All Wings, no prayer

Ducks lose minds when it matters

Helene Elliott

May 16, 2007

It's tough to say which was more reprehensible.

The so-called fans who cheered the sight of a woozy Tomas Holmstrom lying on the ice after he was slammed into the boards by Rob Niedermayer and Chris Pronger, or the Ducks' lack of perseverance and self-control when small doses of each might have turned the Western Conference finals in their favor.

The Ducks got what they deserved Tuesday in a 5-0 loss to the Red Wings. Their legs looked heavy, their energy fizzled after their early pressure went unrewarded and their composure fractured too easily.

Teemu Selanne was invisible — again. He and his teammates used none of the speed, size and skill that are their strongest assets.

Worst of all, they didn't use their heads.

"We weren't disciplined at anything," center Ryan Getzlaf said. "We weren't disciplined at playing our system or anything else."

Detroit took a 2-1 series lead and regained home-ice advantage with a rout that emptied the Honda Center long before the final buzzer mercifully sounded. The Red Wings can also look forward to the possibility of Pronger being suspended by the NHL for his part in the tag-team slam of Holmstrom, even though Niedermayer paid the immediate price in the form of a five-minute boarding penalty and automatic game misconduct.

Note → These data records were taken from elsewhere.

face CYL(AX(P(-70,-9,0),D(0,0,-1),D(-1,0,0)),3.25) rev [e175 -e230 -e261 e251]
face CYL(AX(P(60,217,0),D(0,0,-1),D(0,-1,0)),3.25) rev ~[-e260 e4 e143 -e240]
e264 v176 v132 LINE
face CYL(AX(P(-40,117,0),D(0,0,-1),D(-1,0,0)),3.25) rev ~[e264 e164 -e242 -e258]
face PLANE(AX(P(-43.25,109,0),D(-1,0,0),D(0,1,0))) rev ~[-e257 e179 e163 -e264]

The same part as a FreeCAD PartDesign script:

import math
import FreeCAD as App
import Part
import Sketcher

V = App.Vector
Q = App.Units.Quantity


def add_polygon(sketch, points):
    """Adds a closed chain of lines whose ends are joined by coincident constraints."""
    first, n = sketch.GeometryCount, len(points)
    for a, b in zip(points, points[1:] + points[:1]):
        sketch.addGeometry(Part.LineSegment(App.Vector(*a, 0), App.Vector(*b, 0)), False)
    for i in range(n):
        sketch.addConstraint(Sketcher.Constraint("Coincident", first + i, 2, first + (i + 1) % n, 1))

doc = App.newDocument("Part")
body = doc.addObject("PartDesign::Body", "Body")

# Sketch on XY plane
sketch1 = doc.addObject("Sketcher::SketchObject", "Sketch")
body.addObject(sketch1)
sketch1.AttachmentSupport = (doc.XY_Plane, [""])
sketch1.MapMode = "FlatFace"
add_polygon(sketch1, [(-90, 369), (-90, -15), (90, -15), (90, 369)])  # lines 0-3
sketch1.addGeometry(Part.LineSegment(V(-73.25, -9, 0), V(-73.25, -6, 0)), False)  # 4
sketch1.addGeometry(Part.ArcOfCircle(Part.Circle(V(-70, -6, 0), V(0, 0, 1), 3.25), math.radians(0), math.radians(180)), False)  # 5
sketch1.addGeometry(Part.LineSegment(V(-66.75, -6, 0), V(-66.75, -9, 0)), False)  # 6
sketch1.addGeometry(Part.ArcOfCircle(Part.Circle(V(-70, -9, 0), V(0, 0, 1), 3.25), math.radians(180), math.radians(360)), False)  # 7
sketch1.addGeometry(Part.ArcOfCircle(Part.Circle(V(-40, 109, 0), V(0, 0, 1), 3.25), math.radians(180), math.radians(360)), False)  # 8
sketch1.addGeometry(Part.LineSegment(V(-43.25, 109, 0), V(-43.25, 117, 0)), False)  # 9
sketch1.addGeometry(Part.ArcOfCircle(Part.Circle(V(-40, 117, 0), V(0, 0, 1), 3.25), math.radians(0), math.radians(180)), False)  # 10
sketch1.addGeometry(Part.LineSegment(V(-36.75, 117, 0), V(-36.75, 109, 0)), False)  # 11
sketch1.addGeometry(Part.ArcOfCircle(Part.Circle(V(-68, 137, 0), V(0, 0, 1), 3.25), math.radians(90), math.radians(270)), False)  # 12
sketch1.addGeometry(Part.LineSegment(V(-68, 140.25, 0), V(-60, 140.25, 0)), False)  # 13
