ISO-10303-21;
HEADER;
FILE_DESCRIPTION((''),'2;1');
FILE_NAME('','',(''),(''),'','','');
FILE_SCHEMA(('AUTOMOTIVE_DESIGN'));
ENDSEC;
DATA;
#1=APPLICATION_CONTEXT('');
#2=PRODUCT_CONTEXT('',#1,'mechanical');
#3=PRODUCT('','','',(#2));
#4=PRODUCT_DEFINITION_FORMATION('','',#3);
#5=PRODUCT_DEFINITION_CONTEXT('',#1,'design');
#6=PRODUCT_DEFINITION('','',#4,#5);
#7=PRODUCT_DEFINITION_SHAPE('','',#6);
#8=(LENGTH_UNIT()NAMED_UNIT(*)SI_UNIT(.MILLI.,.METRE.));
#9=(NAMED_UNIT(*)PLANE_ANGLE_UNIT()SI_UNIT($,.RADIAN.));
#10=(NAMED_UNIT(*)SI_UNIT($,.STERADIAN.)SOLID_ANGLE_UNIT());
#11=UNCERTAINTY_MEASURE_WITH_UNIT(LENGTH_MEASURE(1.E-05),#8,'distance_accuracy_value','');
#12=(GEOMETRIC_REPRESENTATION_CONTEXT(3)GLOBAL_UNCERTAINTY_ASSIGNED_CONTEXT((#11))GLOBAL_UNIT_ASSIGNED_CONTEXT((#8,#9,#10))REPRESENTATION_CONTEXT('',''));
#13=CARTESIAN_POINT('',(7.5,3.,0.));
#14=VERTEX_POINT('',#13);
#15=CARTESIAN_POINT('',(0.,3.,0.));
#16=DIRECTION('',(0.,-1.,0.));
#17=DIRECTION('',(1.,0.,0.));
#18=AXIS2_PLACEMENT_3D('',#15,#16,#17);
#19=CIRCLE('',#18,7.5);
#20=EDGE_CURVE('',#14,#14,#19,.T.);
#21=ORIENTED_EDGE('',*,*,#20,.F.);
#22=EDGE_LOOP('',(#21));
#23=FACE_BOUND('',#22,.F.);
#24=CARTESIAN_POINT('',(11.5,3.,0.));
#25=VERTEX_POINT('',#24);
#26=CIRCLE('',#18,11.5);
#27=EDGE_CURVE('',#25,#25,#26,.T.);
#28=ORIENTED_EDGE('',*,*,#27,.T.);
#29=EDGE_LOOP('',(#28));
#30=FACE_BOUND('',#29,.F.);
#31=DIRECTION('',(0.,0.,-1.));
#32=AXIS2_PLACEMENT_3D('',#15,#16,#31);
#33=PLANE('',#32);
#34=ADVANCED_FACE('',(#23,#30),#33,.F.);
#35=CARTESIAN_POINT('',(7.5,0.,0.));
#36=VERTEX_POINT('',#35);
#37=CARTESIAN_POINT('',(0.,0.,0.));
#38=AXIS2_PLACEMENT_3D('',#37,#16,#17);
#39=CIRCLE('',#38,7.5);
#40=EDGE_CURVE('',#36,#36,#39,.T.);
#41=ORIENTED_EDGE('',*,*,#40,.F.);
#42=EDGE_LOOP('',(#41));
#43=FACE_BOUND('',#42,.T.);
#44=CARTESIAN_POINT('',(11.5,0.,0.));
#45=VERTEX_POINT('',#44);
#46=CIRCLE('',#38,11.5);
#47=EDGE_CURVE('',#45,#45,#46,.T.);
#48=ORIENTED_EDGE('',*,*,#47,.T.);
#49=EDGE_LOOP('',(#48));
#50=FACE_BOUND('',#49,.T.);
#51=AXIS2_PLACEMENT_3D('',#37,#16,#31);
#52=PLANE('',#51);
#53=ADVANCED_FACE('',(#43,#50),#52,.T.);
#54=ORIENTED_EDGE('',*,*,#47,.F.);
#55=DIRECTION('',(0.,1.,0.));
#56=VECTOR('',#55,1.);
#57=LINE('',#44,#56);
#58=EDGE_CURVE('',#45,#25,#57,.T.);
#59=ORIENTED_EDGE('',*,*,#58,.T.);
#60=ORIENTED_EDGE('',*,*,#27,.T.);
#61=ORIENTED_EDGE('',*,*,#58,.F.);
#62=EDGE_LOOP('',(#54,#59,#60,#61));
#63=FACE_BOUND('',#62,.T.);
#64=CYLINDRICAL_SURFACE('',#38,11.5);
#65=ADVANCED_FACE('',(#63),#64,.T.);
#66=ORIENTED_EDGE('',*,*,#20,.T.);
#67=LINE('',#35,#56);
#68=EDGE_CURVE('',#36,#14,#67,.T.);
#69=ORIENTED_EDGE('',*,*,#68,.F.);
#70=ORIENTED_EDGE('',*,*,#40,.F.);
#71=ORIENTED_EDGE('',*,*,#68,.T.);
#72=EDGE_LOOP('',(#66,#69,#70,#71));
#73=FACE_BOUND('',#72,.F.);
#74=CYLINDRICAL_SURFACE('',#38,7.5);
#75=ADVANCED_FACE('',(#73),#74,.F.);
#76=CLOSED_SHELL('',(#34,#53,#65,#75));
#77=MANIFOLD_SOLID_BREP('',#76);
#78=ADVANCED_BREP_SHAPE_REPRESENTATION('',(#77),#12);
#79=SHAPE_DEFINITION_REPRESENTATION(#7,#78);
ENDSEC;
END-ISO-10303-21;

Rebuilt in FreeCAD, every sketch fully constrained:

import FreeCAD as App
import Part
import Sketcher
Q = App.Units.Quantity

doc = App.newDocument("Part")
body = doc.addObject("PartDesign::Body", "Body")

# Sketch on XZ plane
sketch1 = body.newObject("Sketcher::SketchObject", "Sketch")
sketch1.AttachmentSupport = (doc.getObject("XZ_Plane"), [""])
sketch1.MapMode = "FlatFace"
sketch1.addGeometry(Part.Circle(App.Vector(0, 0, 0), App.Vector(0, 0, 1), 11.5), False)
sketch1.addGeometry(Part.Circle(App.Vector(0, 0, 0), App.Vector(0, 0, 1), 7.5), False)
sketch1.addConstraint(Sketcher.Constraint("Coincident", 0, 3, -1, 1))
sketch1.addConstraint(Sketcher.Constraint("Coincident", 1, 3, -1, 1))
sketch1.addConstraint(Sketcher.Constraint("Diameter", 0, Q("23 mm")))
sketch1.addConstraint(Sketcher.Constraint("Diameter", 1, Q("15 mm")))
pad1 = body.newObject("PartDesign::Pad", "Pad")
pad1.Profile = sketch1
pad1.Length = 3
pad1.Reversed = True

doc.recompute()
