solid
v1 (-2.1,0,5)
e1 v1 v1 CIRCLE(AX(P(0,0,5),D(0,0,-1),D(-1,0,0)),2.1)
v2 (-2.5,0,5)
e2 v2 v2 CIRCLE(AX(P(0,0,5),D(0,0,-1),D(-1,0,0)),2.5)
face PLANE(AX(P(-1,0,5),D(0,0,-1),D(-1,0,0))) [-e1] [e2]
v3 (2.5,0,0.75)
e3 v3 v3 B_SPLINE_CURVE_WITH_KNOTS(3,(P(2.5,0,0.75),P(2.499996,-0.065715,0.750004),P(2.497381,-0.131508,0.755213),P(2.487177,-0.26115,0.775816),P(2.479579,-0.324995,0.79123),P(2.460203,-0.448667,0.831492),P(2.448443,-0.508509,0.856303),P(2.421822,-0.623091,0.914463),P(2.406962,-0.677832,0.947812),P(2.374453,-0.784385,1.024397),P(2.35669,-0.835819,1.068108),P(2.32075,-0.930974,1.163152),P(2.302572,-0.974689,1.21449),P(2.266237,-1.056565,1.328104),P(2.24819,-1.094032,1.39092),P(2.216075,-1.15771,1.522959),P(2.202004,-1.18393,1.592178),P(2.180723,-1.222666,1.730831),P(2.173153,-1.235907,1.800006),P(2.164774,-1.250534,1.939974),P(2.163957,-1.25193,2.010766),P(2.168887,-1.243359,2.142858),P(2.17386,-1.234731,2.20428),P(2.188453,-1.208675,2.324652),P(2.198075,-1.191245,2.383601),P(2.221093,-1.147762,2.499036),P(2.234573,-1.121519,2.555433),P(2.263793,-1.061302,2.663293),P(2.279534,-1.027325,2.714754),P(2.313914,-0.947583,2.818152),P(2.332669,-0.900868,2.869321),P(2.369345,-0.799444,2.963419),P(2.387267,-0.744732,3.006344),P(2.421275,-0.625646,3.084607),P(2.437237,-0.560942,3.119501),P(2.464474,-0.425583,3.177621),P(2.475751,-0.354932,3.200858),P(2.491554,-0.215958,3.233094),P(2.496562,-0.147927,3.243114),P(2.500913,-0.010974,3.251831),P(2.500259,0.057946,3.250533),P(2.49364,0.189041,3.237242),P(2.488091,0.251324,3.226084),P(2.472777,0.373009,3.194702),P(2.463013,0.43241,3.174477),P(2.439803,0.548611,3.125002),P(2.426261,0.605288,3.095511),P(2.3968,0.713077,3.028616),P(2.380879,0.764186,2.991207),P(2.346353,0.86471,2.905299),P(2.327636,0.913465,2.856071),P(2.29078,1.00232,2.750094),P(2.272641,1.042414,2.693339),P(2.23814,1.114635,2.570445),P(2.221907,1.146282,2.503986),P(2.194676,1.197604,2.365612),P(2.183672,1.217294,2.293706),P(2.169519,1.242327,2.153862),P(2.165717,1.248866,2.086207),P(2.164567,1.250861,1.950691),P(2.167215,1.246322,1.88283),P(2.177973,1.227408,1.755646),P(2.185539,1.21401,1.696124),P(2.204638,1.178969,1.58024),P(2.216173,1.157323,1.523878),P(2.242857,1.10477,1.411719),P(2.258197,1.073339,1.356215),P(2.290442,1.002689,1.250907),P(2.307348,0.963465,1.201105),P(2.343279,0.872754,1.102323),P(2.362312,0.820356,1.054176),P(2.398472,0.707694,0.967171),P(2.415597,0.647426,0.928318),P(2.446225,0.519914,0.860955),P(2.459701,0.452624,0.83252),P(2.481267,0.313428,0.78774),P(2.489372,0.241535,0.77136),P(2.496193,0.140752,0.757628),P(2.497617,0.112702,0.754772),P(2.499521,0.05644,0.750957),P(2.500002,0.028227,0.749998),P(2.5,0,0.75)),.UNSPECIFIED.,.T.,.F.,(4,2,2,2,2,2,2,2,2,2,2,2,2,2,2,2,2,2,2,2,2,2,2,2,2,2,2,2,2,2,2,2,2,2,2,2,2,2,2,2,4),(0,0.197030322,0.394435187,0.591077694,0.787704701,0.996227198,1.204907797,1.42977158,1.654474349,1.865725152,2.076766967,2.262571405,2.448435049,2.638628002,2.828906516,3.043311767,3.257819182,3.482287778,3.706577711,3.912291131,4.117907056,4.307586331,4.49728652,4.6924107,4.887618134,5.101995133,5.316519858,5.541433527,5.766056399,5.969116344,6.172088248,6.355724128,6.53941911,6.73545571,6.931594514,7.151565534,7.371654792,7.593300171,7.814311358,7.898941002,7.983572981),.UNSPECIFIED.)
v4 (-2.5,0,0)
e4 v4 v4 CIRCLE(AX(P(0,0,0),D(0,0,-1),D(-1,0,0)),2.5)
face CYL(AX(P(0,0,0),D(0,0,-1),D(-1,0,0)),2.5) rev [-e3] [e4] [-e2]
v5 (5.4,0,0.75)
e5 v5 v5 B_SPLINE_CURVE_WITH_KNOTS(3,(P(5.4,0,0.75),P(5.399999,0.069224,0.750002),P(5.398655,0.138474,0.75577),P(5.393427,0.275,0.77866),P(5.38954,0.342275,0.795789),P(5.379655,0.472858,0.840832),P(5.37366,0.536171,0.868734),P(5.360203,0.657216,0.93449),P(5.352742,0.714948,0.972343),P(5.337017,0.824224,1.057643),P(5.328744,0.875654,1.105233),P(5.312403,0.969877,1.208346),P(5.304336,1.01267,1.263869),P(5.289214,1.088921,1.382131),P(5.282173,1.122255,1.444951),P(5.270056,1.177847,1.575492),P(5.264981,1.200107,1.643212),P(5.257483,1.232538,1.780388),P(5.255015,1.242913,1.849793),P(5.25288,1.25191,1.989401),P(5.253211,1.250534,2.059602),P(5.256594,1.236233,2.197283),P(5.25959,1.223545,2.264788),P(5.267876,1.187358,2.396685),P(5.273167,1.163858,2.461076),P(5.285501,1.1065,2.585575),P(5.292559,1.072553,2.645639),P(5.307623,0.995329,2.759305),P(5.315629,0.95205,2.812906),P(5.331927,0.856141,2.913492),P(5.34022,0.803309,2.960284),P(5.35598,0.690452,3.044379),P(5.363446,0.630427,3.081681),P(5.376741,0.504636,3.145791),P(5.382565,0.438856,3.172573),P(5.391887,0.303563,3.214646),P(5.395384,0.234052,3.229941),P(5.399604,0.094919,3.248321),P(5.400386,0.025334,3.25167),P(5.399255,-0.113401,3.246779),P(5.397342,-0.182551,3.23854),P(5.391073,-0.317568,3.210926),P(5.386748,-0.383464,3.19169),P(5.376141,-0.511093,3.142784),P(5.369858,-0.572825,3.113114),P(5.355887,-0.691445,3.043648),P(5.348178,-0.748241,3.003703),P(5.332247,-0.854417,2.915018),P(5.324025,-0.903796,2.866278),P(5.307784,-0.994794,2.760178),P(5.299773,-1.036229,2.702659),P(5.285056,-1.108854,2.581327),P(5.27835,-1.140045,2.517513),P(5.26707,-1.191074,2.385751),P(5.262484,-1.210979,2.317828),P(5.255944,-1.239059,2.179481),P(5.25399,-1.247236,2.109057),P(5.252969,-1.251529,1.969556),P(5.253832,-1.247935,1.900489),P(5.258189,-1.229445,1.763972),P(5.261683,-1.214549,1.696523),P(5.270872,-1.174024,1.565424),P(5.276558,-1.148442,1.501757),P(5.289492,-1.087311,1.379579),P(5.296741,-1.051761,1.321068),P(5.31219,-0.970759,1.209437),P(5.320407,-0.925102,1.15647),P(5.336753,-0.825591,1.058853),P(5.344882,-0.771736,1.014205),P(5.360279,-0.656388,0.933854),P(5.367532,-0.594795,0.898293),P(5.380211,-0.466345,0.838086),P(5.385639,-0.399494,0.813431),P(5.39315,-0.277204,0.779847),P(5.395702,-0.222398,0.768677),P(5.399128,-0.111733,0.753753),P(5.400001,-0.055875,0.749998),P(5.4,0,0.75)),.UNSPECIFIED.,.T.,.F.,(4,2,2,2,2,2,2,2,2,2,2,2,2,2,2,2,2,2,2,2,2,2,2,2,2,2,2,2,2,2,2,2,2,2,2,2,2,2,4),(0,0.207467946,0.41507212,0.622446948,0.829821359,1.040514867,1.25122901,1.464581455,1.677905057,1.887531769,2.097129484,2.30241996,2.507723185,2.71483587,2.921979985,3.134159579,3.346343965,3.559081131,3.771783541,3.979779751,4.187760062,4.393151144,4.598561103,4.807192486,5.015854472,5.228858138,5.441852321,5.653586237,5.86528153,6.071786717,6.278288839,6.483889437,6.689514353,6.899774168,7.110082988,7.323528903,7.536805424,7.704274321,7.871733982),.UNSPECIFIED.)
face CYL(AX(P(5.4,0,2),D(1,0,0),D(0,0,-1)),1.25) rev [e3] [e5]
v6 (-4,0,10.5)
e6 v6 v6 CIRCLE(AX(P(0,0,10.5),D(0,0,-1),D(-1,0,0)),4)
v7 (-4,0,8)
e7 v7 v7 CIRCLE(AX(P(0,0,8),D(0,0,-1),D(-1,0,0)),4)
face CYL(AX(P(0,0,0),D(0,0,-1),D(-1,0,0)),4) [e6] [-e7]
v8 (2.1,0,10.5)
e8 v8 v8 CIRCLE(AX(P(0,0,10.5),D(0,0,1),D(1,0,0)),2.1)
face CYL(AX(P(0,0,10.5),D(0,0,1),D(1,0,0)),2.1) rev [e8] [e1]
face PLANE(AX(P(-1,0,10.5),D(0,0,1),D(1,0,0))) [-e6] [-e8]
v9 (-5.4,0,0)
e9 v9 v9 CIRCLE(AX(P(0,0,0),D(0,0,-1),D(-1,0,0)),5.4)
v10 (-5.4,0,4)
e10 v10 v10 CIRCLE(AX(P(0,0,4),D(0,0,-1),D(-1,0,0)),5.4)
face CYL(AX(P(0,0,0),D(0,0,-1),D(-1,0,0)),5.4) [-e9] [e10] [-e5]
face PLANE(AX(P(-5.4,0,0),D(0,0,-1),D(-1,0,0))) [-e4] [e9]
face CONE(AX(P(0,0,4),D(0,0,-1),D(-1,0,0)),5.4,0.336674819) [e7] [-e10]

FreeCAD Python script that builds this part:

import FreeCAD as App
import Part
import Sketcher


def add_polygon(sketch, points):
    """Adds a closed chain of lines whose ends are joined by coincident constraints."""
    first, n = sketch.GeometryCount, len(points)
    for a, b in zip(points, points[1:] + points[:1]):
        sketch.addGeometry(Part.LineSegment(App.Vector(*a, 0), App.Vector(*b, 0)), False)
    for i in range(n):
        sketch.addConstraint(Sketcher.Constraint("Coincident", first + i, 2, first + (i + 1) % n, 1))

doc = App.newDocument("Part")
body = doc.addObject("PartDesign::Body", "Body")

# Sketch on XZ plane
sketch1 = body.newObject("Sketcher::SketchObject", "Sketch")
sketch1.AttachmentSupport = (doc.getObject("XZ_Plane"), [""])
sketch1.MapMode = "FlatFace"
add_polygon(sketch1, [(-4, 10.5), (-1, 10.5), (-1, 5), (-2.5, 5), (-2.5, 0), (-5.4, 0), (-5.4, 4), (-4, 8)])  # lines 0-7
sketch1.addConstraint(Sketcher.Constraint("Horizontal", 0))
sketch1.addConstraint(Sketcher.Constraint("Vertical", 1))
sketch1.addConstraint(Sketcher.Constraint("Horizontal", 2))
sketch1.addConstraint(Sketcher.Constraint("Vertical", 3))
sketch1.addConstraint(Sketcher.Constraint("Horizontal", 4))
sketch1.addConstraint(Sketcher.Constraint("Vertical", 5))
sketch1.addConstraint(Sketcher.Constraint("Vertical", 7))
sketch1.addConstraint(Sketcher.Constraint("PointOnObject", 3, 2, -1))
sketch1.addConstraint(Sketcher.Constraint("DistanceX", 0, 1, 0, 2, 3.0))
sketch1.addConstraint(Sketcher.Constraint("DistanceY", 3, 2, 3, 1, 5.0))
sketch1.addConstraint(Sketcher.Constraint("DistanceY", 5, 1, 5, 2, 4.0))
sketch1.addConstraint(Sketcher.Constraint("DistanceX", 2, 2, 2, 1, 1.5))
sketch1.addConstraint(Sketcher.Constraint("DistanceX", 4, 2, 4, 1, 2.9))
sketch1.addConstraint(Sketcher.Constraint("DistanceY", 1, 2, 1, 1, 5.5))
sketch1.addConstraint(Sketcher.Constraint("DistanceY", 7, 1, 7, 2, 2.5))
sketch1.addConstraint(Sketcher.Constraint("DistanceX", 0, 2, -1, 1, 1.0))
revolution = body.newObject("PartDesign::Revolution", "Revolution")
revolution.Profile = sketch1
revolution.ReferenceAxis = (sketch1, ["V_Axis"])
revolution.Angle = 360

# Sketch on XY plane
sketch2 = body.newObject("Sketcher::SketchObject", "Sketch001")
sketch2.AttachmentSupport = (doc.getObject("XY_Plane"), [""])
sketch2.MapMode = "FlatFace"
sketch2.AttachmentOffset = App.Placement(App.Vector(0, 0, 10.5), App.Rotation())
sketch2.addGeometry(Part.Circle(App.Vector(0, 0, 0), App.Vector(0, 0, 1), 2.1), False)
sketch2.addConstraint(Sketcher.Constraint("Coincident", 0, 3, -1, 1))
sketch2.addConstraint(Sketcher.Constraint("Diameter", 0, 4.2))
doc.recompute()
hole = body.newObject("PartDesign::Hole", "Hole")
hole.Profile = sketch2
hole.ThreadType = "None"
hole.Diameter = 4.2
hole.DepthType = "ThroughAll"

# Sketch on YZ plane
sketch3 = body.newObject("Sketcher::SketchObject", "Sketch002")
sketch3.AttachmentSupport = (doc.getObject("YZ_Plane"), [""])
sketch3.MapMode = "FlatFace"
sketch3.AttachmentOffset = App.Placement(App.Vector(0, 0, 5.4), App.Rotation())
sketch3.addGeometry(Part.Circle(App.Vector(0, 2, 0), App.Vector(0, 0, 1), 1.2), False)
sketch3.addConstraint(Sketcher.Constraint("PointOnObject", 0, 3, -2))
sketch3.addConstraint(Sketcher.Constraint("Diameter", 0, 2.5))
sketch3.addConstraint(Sketcher.Constraint("DistanceY", -1, 1, 0, 3, 2.0))
pocket1 = body.newObject("PartDesign::Pocket", "Pocket")
pocket1.Profile = sketch3
pocket1.Type = "UpToFirst"

doc.recompute()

Any hit can be reviewed by the NHL regardless of whether a penalty was called. The league's crackdown this season against hits to the head makes it likely that the Pronger-Niedermayer crunch — which occurred when the Ducks were trailing, 4-0, in the second period — will be re-examined and that one or both will be banished for a game or two.

The Red Wings smartly declined to say anything incendiary. Players who recall what they did on the third shift of their second day of junior hockey couldn't remember what happened when the two Ducks sandwiched Holmstrom. They also wouldn't say whether a suspension was warranted.

"I have to look at the video," said Holmstrom, who had an egg-shaped bump on his right temple in addition to 13 stitches. "I think I had two guys on me. I fell into the boards and got hit again. I never see the guy come from behind."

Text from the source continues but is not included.